Designing better batteries with sulfur waste

Scientists at the University of Arizona have developed a new chemical process capable of transforming sulfur waste into a lightweight plastic that may improve batteries for electric cars. As expected, the new plastic has other potential uses, including for optical devices.

In the meantime, the team has successfully used the new plastic to make lithium-sulfur batteries.

“Next-generation lithium-sulfur, or Li-S, batteries will be better for electric and hybrid cars and for military uses because they are more efficient, lighter and cheaper than those currently used,” explained lead researcher Jeffrey Pyun, a UA associate professor of chemistry and biochemistry.

“We’ve developed a new, simple and useful chemical process to convert sulfur into a useful plastic. [To be sure], next-generation lithium-sulfur, or Li-S, batteries will be better for electric and hybrid cars and for military uses because they are more efficient, lighter and cheaper than those currently used.”

The new plastic has great promise as something that can be produced easily and inexpensively on an industrial scale. Indeed, the team’s discovery could provide a new use for the sulfur left over when oil and natural gas are refined into cleaner-burning fuels.

Although there are some industrial uses for sulfur, the amount generated from refining fossil fuels far outstrips the current need for the element. Some oil refineries, such as those in Ft. McMurray in Alberta, are accumulating yellow mountains of waste sulfur.

“There’s so much of it we don’t know what to do with it,” said Pyun. He calls the left-over sulfur “the garbage of transportation.”

About one-half pound of sulfur is left over for every 19 gallons of gasoline produced from fossil fuels, calculated co-author Jared Griebel, a UA chemistry and biochemistry doctoral candidate.

The researchers have filed an international patent for their new chemical process and for the new polymeric electrode materials for Li-S batteries.

Pyun wanted to apply his expertise as a chemist to energy-related research. He knew about the world’s glut of elemental sulfur at fossil fuel refineries – so he focused on how chemistry could use the cheap sulfur to satisfy the need for good Li-S batteries.

He and his colleagues tried something new: transforming liquid sulfur into a useful plastic that eventually could be produced easily on an industrial scale. Sulfur poses technical challenges. It doesn’t easily form the stable long chains of molecules, known as polymers, needed make a moldable plastic, and most materials don’t dissolve in sulfur.

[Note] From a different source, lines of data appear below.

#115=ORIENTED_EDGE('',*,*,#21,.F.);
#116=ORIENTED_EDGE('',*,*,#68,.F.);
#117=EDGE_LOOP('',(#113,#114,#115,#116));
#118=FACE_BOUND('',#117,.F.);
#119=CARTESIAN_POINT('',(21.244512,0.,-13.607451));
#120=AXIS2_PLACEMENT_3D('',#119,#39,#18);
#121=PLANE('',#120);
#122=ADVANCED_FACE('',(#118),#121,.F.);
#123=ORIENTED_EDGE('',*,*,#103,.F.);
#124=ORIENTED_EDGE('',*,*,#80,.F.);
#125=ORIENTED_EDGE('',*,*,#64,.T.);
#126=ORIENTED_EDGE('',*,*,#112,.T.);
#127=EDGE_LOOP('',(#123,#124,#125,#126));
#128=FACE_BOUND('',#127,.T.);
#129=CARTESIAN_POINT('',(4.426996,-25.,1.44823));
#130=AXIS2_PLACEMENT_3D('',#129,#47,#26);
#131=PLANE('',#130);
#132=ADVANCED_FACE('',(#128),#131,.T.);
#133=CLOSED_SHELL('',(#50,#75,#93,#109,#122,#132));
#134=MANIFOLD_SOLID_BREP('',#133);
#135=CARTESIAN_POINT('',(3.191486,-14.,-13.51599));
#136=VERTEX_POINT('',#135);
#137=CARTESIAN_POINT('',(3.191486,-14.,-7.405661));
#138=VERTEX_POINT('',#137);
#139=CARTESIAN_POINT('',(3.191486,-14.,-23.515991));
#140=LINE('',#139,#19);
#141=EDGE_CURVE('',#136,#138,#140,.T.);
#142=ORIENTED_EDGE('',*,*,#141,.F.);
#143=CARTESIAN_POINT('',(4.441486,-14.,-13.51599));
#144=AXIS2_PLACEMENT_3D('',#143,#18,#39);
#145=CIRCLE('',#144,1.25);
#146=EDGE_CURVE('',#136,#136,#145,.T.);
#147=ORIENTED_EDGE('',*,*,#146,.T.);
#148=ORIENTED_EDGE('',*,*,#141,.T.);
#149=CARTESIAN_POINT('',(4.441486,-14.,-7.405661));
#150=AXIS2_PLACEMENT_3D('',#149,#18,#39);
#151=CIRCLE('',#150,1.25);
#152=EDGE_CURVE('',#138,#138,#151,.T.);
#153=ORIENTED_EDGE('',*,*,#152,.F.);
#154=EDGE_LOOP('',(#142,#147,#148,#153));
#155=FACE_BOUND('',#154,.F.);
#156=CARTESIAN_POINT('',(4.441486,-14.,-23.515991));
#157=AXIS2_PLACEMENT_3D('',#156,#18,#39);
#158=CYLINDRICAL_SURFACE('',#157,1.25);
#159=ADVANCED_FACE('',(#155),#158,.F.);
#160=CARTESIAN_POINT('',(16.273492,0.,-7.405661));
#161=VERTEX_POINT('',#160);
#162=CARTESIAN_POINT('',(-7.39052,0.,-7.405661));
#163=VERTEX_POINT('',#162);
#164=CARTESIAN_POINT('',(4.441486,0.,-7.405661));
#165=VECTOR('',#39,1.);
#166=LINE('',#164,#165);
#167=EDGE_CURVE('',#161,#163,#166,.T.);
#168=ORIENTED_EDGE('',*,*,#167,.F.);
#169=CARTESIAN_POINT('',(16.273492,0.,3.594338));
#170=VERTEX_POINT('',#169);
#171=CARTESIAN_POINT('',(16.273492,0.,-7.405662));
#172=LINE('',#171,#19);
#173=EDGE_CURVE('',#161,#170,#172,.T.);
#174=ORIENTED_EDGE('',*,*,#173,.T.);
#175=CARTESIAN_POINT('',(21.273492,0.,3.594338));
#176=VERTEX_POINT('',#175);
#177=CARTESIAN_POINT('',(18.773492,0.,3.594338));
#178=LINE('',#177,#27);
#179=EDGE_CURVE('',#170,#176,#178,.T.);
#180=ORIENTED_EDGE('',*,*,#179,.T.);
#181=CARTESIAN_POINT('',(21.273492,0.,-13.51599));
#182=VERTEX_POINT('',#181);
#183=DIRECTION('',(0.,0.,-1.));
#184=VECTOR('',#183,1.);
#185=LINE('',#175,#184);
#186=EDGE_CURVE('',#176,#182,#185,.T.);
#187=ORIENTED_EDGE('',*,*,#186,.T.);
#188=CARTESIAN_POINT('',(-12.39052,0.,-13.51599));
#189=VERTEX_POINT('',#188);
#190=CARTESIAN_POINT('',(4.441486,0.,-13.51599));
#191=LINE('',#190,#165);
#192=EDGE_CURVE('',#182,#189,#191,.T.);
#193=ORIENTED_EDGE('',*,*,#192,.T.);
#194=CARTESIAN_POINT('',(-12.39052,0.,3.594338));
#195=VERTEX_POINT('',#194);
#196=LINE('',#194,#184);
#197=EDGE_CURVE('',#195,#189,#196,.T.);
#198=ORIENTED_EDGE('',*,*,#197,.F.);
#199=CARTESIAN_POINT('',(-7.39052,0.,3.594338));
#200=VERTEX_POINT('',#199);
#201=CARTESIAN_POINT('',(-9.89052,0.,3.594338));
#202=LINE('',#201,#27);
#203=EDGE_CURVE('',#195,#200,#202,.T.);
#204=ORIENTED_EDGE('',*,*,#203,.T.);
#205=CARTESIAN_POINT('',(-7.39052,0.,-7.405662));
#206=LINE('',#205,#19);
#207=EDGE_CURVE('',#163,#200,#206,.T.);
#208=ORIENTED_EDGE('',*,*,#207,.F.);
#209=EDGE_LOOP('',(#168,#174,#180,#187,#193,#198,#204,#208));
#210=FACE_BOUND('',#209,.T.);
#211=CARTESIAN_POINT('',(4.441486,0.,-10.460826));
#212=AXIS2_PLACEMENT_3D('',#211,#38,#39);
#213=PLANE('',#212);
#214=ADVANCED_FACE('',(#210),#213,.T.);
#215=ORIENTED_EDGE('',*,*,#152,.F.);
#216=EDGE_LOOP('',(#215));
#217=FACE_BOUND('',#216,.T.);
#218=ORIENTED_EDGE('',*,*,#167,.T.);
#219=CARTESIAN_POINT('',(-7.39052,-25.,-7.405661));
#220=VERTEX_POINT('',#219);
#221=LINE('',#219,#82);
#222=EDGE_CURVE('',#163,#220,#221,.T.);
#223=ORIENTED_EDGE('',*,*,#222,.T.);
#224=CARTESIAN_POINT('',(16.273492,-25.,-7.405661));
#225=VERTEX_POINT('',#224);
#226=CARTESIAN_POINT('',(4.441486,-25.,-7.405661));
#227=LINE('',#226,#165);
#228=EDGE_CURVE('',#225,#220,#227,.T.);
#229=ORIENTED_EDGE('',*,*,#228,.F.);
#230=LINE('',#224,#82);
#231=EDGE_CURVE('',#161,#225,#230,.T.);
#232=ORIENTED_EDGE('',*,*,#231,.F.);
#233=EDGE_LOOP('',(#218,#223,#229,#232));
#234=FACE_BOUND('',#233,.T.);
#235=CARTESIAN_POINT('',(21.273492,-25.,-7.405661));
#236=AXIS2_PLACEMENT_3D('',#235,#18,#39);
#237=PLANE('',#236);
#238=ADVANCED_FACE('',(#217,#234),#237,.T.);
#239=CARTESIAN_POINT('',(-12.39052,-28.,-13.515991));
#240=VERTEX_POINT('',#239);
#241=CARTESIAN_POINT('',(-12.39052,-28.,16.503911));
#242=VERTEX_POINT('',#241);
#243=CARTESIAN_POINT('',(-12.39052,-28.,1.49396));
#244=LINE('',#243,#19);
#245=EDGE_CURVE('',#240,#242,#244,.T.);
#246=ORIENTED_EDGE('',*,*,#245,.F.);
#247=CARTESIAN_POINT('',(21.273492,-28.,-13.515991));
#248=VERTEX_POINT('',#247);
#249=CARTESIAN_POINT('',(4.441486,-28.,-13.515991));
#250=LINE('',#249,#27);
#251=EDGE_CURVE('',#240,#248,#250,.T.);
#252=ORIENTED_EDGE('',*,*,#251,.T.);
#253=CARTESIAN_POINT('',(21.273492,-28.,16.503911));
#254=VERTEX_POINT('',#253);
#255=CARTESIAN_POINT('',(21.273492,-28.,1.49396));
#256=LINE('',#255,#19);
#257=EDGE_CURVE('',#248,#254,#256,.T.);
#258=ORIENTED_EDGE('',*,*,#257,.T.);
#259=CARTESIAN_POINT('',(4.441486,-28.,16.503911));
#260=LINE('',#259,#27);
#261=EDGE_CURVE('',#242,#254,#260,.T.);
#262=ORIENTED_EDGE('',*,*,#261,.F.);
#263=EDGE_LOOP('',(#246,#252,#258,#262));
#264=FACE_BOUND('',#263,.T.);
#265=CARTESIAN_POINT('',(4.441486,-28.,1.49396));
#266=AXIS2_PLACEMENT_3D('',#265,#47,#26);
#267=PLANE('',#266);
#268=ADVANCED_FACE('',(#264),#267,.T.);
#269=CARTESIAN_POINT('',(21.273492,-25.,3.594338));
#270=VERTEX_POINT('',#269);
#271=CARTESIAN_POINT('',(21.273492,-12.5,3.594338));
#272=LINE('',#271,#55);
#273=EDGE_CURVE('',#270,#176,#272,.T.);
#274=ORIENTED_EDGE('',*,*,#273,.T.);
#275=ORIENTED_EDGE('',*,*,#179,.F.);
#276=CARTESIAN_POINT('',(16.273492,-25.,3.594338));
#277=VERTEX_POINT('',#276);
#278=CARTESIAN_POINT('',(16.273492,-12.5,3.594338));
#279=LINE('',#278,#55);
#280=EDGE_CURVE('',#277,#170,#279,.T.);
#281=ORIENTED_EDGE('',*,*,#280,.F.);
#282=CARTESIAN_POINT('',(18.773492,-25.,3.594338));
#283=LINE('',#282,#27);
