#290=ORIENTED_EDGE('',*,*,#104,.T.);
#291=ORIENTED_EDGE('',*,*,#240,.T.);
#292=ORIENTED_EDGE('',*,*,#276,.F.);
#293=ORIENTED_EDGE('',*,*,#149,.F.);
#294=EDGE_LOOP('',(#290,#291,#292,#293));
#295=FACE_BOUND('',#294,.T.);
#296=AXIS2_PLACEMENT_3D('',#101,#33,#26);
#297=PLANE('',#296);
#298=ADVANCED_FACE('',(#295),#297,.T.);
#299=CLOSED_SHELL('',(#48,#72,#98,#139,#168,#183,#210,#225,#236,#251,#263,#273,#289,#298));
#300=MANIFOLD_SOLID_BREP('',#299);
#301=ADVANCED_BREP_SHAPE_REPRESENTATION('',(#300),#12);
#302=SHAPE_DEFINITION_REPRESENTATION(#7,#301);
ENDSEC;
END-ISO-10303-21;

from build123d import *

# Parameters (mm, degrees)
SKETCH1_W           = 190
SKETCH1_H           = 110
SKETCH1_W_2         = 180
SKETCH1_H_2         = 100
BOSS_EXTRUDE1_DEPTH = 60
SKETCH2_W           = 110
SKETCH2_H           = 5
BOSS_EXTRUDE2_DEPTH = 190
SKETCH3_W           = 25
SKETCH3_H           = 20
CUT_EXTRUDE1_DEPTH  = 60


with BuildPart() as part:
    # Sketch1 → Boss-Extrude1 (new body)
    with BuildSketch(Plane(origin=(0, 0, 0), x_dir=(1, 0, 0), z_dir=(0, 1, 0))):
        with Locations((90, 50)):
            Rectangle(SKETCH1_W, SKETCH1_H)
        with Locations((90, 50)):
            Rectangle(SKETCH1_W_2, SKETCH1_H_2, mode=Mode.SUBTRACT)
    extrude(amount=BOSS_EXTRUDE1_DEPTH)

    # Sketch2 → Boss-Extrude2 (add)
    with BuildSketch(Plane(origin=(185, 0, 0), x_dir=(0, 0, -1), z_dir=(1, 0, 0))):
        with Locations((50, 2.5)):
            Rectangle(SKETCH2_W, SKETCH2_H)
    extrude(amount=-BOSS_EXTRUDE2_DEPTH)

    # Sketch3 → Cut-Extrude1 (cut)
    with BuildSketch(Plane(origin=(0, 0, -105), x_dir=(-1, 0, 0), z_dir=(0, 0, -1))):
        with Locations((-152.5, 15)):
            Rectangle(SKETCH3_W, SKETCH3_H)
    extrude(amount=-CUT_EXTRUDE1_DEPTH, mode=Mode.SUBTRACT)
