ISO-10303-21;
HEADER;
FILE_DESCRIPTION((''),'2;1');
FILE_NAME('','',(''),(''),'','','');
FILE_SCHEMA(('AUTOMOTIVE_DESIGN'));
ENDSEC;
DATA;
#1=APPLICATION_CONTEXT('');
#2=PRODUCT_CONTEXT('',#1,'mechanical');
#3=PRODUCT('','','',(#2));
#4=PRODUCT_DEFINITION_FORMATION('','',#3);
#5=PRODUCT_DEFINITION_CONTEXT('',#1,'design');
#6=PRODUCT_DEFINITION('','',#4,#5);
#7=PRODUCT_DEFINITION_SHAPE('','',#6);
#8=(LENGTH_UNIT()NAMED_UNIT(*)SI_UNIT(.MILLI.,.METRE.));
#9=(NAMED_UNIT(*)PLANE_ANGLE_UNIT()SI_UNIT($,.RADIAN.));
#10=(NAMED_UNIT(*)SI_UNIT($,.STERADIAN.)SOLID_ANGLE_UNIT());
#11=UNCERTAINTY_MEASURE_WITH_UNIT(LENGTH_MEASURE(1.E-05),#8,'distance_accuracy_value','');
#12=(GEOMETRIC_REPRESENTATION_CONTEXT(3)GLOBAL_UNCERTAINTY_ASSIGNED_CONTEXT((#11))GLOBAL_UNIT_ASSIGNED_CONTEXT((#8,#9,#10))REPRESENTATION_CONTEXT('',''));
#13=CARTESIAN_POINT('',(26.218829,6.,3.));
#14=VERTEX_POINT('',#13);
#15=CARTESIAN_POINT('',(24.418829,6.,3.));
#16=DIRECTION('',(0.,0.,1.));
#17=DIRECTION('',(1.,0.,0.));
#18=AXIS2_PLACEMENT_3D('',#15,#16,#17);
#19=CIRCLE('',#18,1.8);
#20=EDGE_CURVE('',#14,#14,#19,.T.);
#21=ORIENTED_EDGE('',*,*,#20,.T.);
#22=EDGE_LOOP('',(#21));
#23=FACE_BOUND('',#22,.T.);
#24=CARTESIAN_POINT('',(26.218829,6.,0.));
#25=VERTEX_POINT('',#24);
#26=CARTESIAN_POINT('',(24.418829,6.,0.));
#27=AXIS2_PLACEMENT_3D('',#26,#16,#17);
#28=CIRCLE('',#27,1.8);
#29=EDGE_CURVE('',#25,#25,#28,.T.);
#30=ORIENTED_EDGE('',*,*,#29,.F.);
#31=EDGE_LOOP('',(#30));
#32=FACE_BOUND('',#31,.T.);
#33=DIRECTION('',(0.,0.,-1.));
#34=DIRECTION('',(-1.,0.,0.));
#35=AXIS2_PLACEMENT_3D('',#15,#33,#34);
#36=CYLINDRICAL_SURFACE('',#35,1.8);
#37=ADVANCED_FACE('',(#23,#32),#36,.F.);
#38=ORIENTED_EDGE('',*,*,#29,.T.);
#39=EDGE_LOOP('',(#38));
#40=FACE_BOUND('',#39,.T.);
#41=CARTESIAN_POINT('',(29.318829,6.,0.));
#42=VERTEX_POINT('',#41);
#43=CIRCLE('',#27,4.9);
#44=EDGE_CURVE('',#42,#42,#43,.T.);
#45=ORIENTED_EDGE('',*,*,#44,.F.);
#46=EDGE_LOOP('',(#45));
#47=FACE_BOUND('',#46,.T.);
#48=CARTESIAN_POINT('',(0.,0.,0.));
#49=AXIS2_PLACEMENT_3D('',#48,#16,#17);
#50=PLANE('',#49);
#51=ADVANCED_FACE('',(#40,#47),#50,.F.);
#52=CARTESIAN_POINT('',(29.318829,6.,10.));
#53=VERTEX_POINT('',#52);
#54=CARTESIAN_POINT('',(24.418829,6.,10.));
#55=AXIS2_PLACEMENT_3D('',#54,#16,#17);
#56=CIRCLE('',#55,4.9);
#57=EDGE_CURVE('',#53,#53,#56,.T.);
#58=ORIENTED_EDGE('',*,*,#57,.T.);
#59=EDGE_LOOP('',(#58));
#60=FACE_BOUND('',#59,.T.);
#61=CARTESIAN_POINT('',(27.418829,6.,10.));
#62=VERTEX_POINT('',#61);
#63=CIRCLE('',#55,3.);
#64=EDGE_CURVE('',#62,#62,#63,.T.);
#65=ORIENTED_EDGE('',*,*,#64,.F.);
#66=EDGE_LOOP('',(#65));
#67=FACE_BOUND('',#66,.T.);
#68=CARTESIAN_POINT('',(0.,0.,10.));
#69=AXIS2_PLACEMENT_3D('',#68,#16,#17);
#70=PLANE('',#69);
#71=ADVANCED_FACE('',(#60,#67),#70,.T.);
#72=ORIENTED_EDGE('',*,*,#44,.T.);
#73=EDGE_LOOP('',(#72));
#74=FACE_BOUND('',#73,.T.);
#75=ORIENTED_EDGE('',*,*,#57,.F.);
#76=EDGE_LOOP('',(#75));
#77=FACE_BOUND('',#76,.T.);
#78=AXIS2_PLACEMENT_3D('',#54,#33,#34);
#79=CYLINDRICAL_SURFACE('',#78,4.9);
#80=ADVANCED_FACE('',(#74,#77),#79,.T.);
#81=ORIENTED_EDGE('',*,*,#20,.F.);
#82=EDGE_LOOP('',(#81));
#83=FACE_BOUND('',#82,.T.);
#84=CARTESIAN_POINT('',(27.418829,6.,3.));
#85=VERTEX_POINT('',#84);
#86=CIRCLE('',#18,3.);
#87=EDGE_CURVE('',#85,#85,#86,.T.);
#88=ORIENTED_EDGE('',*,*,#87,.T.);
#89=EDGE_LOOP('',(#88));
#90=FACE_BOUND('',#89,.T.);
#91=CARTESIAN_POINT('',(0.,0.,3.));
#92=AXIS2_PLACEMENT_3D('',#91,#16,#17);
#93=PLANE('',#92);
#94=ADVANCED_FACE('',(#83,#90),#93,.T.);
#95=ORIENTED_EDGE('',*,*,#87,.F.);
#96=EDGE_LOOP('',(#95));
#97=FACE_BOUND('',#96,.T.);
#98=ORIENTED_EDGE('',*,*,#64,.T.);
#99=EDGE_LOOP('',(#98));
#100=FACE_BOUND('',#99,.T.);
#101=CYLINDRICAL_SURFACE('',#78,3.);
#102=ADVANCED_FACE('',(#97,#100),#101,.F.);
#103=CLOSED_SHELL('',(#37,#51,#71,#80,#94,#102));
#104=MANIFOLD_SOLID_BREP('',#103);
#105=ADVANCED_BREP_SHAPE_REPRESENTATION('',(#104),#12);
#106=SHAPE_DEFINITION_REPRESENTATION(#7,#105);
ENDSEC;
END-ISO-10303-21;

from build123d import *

# Parameters (mm, degrees)
SKETCH2_R           = 4.9
SKETCH2_R_2         = 3
BOSS_EXTRUDE1_DEPTH = 10
SKETCH2_3_R         = 3
SKETCH2_3_R_2       = 1.8
BOSS_EXTRUDE2_DEPTH = 3


with BuildPart() as part:
    # Sketch2 → Boss-Extrude1 (new body)
    with BuildSketch(Plane.XY):
        with Locations((24.418828758, 6)):
            Circle(SKETCH2_R)
        with Locations((24.418828758, 6)):
            Circle(SKETCH2_R_2, mode=Mode.SUBTRACT)
    extrude(amount=BOSS_EXTRUDE1_DEPTH)

    # Sketch2<3> → Boss-Extrude2 (add)
    with BuildSketch(Plane.XY):
        with Locations((24.418828758, 6)):
            Circle(SKETCH2_3_R)
        with Locations((24.418828758, 6)):
            Circle(SKETCH2_3_R_2, mode=Mode.SUBTRACT)
    extrude(amount=BOSS_EXTRUDE2_DEPTH)


solid = part.part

So Pyun and his colleagues identified the chemicals most likely to polymerize sulfur and prepared themselves for the long process of testing those chemicals one by one by one. More than 20 chemicals were on the list. They got lucky.

“The first one worked – and nothing else thereafter,” Pyun said.

Even though the first experiment worked, the scientists needed to try the other chemicals on their list to see if others worked better and to understand more about working with liquid sulfur.

They’ve dubbed their process “inverse vulcanization” because it requires mostly sulfur with a small amount of an additive. Vulcanization is the chemical process that makes rubber more durable by adding a small amount of sulfur to rubber.

The new plastic performs better in batteries than elemental sulfur, Pyun said, because batteries with cathodes made of elemental sulfur can be used and recharged only a limited number of times before they fail.

The new plastic has electrochemical properties superior to those of the elemental sulfur now used in Li-S batteries, the researchers report. The team’s batteries exhibited high specific capacity (823 mAh/g at 100 cycles) and enhanced capacity retention.

Several companies have expressed interest in the new plastic and the new battery. As such, the team’s next step is comparing properties of the new plastic to existing plastics and exploring other practical applications such as photonics for the new plastic.